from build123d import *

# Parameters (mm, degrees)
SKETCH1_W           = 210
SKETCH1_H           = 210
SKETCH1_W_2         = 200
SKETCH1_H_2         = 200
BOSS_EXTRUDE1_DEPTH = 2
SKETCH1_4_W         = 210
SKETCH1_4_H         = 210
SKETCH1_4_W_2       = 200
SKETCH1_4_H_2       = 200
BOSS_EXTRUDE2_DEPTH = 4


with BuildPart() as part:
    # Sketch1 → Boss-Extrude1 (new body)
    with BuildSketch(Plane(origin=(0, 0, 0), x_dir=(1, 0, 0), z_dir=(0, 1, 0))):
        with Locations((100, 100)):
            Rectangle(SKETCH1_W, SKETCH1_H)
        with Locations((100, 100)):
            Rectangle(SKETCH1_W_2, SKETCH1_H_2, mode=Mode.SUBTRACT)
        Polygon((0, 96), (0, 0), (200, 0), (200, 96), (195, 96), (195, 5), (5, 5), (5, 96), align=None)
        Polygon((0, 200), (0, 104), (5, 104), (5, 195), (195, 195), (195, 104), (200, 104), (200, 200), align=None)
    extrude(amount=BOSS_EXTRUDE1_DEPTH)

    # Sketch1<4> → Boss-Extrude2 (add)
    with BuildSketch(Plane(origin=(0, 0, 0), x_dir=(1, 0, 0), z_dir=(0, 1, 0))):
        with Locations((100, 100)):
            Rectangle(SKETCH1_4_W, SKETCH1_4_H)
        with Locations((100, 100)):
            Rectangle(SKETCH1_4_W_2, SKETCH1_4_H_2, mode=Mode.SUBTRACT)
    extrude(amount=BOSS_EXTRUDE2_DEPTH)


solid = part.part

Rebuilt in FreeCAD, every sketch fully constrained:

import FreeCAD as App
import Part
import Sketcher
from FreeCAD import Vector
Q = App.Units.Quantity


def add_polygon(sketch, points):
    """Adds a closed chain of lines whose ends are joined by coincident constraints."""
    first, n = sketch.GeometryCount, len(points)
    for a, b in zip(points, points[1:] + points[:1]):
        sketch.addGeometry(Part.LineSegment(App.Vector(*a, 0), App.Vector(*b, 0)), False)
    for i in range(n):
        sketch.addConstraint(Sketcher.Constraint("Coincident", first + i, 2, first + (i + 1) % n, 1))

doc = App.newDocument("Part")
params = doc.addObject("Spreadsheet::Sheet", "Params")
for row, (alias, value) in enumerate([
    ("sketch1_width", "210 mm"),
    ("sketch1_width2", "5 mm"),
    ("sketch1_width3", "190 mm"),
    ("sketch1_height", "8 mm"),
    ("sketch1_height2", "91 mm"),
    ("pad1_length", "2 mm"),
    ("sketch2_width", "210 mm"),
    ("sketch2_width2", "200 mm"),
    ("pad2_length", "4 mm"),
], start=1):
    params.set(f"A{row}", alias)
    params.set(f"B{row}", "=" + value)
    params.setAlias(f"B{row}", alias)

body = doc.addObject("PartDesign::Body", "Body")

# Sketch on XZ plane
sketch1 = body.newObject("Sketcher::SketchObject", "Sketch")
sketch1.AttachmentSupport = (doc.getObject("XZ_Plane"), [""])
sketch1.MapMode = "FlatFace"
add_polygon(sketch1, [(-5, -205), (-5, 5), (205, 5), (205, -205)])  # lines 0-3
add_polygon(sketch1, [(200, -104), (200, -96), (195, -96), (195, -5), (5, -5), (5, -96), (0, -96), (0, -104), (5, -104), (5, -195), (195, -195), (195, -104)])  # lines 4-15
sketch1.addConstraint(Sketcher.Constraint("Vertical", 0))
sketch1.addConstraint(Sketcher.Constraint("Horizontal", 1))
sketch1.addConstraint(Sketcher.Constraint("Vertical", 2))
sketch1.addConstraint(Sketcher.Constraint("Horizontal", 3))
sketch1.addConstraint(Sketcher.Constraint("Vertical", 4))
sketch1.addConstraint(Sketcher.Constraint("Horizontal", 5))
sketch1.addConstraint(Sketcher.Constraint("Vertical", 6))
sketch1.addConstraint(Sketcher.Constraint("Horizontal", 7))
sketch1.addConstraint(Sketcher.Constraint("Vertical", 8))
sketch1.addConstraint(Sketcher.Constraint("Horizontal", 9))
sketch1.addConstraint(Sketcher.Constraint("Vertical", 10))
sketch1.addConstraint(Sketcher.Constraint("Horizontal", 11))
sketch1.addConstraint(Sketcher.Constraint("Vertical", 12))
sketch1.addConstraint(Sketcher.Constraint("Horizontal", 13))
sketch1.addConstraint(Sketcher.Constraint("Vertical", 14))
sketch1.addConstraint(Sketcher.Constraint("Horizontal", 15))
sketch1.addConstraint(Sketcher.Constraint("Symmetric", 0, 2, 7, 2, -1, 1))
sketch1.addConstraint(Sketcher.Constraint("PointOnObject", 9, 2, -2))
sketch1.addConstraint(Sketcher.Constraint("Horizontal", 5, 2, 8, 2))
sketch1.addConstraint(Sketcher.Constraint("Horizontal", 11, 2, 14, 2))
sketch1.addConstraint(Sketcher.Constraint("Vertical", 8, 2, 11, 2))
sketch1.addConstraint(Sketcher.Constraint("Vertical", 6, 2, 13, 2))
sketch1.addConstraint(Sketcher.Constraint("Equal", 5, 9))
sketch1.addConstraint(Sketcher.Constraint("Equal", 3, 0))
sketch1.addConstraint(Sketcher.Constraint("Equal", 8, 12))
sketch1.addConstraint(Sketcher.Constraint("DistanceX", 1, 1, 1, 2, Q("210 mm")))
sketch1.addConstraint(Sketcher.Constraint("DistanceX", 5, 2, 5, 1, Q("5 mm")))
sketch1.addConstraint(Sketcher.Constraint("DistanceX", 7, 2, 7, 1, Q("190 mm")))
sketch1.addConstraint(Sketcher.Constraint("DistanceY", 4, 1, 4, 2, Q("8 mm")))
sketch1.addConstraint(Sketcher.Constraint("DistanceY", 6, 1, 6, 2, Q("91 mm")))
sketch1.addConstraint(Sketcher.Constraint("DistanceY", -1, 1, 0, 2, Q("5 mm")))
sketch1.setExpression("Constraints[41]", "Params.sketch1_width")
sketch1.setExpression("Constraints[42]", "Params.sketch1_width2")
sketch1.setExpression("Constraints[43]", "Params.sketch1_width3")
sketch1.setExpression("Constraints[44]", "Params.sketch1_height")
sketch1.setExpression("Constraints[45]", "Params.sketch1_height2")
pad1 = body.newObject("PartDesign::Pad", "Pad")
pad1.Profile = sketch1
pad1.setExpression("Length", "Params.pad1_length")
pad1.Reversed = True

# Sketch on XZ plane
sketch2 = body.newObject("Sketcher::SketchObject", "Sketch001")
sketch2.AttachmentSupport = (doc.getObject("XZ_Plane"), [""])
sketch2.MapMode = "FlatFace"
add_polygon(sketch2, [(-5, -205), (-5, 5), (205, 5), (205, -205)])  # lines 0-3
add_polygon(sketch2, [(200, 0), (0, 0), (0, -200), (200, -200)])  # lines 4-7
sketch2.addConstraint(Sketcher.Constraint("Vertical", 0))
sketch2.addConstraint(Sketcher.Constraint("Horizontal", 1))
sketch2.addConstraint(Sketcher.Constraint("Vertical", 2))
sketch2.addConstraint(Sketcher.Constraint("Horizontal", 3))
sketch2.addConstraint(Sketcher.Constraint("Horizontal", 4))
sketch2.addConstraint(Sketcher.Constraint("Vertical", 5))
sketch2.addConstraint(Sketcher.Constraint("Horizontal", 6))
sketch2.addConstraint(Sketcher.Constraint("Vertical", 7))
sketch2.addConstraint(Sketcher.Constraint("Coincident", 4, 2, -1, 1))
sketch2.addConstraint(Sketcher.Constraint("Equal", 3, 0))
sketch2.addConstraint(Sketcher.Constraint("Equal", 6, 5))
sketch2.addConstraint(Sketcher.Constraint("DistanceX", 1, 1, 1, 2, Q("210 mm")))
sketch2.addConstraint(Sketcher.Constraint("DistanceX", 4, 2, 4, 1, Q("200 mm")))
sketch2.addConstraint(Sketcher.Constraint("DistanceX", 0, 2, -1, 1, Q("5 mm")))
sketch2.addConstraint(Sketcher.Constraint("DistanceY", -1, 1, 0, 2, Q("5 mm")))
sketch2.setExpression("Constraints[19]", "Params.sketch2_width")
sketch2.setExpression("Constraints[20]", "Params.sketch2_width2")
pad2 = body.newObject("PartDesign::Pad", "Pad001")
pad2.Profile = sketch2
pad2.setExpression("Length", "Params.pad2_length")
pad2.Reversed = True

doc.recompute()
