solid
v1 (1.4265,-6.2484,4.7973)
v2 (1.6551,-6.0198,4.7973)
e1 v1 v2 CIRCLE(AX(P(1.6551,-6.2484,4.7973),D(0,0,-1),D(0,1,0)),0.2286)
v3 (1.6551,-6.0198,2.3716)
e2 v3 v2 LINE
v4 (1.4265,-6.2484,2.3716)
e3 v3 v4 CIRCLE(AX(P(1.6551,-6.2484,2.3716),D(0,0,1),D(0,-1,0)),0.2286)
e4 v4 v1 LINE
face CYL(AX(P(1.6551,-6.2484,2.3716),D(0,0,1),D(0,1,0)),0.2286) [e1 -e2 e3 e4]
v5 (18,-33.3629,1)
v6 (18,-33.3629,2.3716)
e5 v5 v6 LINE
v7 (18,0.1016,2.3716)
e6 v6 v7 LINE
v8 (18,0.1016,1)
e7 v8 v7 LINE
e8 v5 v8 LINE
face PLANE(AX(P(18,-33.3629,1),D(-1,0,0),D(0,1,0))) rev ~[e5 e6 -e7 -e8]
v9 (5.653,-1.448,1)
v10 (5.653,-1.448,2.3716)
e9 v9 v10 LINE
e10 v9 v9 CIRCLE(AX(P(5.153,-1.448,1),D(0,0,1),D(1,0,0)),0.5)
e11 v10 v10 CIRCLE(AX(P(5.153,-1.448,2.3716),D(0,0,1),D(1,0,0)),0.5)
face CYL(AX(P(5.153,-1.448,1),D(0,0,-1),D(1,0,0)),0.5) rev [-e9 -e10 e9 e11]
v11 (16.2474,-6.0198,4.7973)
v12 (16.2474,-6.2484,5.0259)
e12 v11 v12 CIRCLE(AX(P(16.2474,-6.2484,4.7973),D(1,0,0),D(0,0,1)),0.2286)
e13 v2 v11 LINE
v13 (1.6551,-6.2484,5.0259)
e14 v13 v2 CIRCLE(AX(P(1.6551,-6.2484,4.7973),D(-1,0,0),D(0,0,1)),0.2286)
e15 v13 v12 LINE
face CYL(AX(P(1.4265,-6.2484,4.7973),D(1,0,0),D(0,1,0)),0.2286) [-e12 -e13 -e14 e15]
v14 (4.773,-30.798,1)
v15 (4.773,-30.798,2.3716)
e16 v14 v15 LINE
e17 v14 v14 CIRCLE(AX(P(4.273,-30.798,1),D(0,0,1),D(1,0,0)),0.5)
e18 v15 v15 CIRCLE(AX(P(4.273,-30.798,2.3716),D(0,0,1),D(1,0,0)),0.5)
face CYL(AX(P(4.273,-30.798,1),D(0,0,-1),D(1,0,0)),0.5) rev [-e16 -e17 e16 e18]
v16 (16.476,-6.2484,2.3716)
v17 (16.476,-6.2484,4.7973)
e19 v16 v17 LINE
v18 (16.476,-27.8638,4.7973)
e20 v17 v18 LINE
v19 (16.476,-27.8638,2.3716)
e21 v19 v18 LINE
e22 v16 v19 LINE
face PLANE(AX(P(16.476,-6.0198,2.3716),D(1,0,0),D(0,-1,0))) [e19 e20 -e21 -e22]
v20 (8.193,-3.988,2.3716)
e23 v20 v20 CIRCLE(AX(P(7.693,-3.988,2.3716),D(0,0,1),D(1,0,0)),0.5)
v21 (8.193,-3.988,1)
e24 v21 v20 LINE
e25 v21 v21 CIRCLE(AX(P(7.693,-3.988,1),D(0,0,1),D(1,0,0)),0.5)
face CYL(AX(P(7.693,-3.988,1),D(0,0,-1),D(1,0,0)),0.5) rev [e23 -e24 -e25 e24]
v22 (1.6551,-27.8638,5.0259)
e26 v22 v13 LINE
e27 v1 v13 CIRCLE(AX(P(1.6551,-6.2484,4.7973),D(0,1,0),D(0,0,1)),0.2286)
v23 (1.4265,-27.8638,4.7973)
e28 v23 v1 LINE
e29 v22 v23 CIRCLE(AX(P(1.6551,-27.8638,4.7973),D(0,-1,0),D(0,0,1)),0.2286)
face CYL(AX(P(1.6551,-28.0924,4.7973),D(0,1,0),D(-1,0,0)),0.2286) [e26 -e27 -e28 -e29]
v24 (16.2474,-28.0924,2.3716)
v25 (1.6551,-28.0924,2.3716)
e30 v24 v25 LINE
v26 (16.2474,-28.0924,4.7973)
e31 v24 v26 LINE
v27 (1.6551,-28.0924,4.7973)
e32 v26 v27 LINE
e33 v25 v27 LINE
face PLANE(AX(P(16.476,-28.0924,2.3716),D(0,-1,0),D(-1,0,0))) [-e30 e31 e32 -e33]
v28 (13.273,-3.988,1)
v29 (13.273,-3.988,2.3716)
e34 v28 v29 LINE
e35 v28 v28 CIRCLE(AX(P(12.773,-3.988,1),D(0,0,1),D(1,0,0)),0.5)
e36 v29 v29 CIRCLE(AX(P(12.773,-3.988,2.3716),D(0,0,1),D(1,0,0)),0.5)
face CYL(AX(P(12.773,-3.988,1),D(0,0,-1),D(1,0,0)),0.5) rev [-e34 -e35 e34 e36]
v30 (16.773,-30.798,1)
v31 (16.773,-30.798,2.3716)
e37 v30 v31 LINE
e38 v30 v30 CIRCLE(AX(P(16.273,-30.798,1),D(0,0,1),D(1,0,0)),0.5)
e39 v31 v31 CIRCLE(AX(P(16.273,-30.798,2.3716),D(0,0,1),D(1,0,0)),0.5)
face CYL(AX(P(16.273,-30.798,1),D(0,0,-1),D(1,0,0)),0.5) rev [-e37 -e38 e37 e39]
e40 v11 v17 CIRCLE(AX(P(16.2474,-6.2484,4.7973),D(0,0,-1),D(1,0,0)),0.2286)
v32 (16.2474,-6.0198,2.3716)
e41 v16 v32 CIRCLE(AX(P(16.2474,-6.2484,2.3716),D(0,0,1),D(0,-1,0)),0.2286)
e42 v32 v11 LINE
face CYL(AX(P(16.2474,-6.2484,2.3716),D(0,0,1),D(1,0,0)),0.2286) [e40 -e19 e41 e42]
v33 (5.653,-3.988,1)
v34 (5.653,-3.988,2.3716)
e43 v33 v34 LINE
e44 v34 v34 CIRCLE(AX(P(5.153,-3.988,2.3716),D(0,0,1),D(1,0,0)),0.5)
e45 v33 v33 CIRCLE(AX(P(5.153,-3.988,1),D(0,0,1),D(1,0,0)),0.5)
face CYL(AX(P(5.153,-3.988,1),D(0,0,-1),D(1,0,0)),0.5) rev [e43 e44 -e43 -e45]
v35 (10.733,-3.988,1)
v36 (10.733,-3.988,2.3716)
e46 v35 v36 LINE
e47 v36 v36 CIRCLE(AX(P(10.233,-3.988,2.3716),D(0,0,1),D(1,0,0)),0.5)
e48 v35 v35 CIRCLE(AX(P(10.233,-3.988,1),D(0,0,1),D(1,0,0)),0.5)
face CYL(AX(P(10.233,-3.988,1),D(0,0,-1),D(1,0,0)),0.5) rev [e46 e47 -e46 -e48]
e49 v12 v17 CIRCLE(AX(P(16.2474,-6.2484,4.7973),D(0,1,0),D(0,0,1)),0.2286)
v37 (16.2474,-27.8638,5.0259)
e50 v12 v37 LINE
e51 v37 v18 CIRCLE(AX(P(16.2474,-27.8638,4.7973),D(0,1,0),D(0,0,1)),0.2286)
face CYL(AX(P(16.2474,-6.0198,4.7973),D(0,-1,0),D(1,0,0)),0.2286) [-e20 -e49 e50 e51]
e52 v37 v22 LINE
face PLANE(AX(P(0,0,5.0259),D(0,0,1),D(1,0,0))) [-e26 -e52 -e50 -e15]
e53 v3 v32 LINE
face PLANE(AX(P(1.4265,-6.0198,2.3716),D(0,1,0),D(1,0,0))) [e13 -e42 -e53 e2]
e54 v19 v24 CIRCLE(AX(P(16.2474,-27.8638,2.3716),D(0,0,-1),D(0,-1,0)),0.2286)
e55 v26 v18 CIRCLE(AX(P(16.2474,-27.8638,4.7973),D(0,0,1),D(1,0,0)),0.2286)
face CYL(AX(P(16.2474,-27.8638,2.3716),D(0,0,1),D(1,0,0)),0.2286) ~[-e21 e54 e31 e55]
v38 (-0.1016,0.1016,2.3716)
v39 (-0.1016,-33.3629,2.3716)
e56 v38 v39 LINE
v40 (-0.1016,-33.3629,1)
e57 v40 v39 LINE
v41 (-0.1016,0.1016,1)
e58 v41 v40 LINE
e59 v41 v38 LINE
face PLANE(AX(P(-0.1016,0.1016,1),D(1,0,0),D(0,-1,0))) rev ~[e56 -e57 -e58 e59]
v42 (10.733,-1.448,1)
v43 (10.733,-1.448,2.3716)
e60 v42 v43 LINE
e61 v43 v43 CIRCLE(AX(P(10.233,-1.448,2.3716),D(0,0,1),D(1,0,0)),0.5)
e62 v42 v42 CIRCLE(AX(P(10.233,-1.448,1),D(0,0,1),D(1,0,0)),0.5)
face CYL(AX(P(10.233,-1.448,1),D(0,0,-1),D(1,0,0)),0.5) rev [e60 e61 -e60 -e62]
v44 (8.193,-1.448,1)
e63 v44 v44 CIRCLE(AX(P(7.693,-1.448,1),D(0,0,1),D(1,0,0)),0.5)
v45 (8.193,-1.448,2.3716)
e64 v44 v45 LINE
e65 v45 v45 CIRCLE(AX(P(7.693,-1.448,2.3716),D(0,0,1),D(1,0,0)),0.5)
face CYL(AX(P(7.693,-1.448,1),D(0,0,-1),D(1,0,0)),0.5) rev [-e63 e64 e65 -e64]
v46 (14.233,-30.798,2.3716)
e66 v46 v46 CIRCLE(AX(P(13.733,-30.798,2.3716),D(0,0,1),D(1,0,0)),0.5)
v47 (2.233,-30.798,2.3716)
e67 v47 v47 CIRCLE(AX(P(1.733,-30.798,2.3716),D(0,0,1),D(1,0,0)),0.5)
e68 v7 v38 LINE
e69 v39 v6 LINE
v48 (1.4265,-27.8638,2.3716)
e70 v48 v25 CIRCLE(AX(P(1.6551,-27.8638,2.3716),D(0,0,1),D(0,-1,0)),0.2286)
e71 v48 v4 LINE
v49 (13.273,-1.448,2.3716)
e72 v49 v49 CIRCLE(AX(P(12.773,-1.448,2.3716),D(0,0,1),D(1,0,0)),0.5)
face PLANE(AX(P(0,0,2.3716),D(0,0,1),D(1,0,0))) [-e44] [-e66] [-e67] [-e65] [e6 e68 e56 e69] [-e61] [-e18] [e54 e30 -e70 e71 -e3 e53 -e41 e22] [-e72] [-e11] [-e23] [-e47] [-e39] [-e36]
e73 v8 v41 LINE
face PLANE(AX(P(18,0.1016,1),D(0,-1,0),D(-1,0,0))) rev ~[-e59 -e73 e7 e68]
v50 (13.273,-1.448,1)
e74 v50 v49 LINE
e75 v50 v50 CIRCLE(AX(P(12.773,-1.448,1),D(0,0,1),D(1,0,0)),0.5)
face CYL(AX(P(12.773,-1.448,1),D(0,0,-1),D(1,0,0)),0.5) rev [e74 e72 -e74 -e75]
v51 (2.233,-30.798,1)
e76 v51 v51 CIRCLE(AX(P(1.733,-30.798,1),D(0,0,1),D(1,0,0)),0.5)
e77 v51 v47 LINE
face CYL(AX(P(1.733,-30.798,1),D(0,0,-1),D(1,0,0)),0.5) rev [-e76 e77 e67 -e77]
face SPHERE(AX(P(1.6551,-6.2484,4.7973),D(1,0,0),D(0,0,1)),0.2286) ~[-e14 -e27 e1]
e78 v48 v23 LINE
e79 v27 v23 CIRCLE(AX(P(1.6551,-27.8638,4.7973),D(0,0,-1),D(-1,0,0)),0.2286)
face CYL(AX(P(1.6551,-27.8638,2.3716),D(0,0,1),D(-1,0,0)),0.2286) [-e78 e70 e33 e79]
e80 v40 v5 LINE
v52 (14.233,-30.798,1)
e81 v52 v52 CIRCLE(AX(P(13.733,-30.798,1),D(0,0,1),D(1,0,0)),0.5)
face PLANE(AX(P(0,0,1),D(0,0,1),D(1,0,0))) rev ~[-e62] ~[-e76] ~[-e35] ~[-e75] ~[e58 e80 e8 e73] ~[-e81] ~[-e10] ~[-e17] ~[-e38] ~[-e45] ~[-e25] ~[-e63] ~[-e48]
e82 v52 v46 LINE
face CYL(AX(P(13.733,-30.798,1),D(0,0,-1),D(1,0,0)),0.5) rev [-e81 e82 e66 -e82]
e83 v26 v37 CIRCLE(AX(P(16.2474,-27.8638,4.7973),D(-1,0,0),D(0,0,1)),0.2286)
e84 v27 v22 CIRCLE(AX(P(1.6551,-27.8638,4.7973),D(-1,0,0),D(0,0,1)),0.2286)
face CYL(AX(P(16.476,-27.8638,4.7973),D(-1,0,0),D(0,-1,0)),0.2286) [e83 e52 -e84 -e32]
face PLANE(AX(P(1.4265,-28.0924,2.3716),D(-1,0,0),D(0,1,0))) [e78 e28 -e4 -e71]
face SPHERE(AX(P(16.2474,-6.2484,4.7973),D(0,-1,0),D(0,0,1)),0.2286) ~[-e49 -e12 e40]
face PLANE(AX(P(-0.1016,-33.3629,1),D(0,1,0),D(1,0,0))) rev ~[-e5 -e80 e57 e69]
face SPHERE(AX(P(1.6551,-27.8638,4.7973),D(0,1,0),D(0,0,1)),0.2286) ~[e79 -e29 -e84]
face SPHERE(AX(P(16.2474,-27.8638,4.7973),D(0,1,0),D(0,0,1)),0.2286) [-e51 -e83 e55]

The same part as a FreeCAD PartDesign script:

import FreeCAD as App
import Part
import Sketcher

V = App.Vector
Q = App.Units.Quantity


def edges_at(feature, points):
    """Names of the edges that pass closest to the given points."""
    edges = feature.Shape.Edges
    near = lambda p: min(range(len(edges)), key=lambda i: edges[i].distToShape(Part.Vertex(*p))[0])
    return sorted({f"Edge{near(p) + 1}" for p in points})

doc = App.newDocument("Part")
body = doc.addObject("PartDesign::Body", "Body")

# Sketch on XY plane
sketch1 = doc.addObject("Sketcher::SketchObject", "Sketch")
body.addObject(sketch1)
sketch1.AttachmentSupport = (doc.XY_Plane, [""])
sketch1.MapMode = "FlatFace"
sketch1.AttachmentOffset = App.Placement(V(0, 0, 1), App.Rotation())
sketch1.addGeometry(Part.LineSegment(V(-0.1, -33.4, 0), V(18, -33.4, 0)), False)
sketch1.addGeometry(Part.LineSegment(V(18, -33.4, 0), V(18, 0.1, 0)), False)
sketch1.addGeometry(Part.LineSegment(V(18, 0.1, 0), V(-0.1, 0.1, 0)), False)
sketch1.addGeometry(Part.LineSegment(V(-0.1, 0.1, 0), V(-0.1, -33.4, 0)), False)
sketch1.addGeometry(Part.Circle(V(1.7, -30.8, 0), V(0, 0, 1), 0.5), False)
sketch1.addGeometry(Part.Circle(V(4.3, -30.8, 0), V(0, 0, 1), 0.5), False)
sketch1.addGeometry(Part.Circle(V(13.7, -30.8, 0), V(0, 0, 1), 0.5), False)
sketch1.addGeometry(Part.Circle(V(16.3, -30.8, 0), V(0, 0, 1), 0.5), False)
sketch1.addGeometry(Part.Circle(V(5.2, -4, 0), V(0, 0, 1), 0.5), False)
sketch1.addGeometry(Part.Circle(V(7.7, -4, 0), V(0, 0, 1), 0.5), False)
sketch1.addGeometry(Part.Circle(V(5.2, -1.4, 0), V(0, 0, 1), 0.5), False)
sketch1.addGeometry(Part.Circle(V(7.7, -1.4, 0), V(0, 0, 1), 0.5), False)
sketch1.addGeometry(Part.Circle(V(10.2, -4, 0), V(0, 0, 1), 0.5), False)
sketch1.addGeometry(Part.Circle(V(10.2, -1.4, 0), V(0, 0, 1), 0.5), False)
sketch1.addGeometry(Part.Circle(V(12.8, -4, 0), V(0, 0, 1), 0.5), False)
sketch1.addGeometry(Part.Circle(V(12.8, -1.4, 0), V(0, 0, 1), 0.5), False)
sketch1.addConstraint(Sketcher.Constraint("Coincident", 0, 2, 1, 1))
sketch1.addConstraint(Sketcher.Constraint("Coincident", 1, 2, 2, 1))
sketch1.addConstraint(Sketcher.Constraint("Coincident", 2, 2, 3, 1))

= YOUR GOAL =
Your task for the entries above: copy exactly the span starting with the line with "face CYL(AX(P(1.733,-30.798,1),D(0,0,-1),D(1,0,0)),0.5) rev" and going on through the line with "e52 -e84 -e32]", both lines included, and nothing else.

= ANSWER SPACE =
face CYL(AX(P(1.733,-30.798,1),D(0,0,-1),D(1,0,0)),0.5) rev [-e76 e77 e67 -e77]
face SPHERE(AX(P(1.6551,-6.2484,4.7973),D(1,0,0),D(0,0,1)),0.2286) ~[-e14 -e27 e1]
e78 v48 v23 LINE
e79 v27 v23 CIRCLE(AX(P(1.6551,-27.8638,4.7973),D(0,0,-1),D(-1,0,0)),0.2286)
face CYL(AX(P(1.6551,-27.8638,2.3716),D(0,0,1),D(-1,0,0)),0.2286) [-e78 e70 e33 e79]
e80 v40 v5 LINE
v52 (14.233,-30.798,1)
e81 v52 v52 CIRCLE(AX(P(13.733,-30.798,1),D(0,0,1),D(1,0,0)),0.5)
face PLANE(AX(P(0,0,1),D(0,0,1),D(1,0,0))) rev ~[-e62] ~[-e76] ~[-e35] ~[-e75] ~[e58 e80 e8 e73] ~[-e81] ~[-e10] ~[-e17] ~[-e38] ~[-e45] ~[-e25] ~[-e63] ~[-e48]
e82 v52 v46 LINE
face CYL(AX(P(13.733,-30.798,1),D(0,0,-1),D(1,0,0)),0.5) rev [-e81 e82 e66 -e82]
e83 v26 v37 CIRCLE(AX(P(16.2474,-27.8638,4.7973),D(-1,0,0),D(0,0,1)),0.2286)
e84 v27 v22 CIRCLE(AX(P(1.6551,-27.8638,4.7973),D(-1,0,0),D(0,0,1)),0.2286)
face CYL(AX(P(16.476,-27.8638,4.7973),D(-1,0,0),D(0,-1,0)),0.2286) [e83 e52 -e84 -e32]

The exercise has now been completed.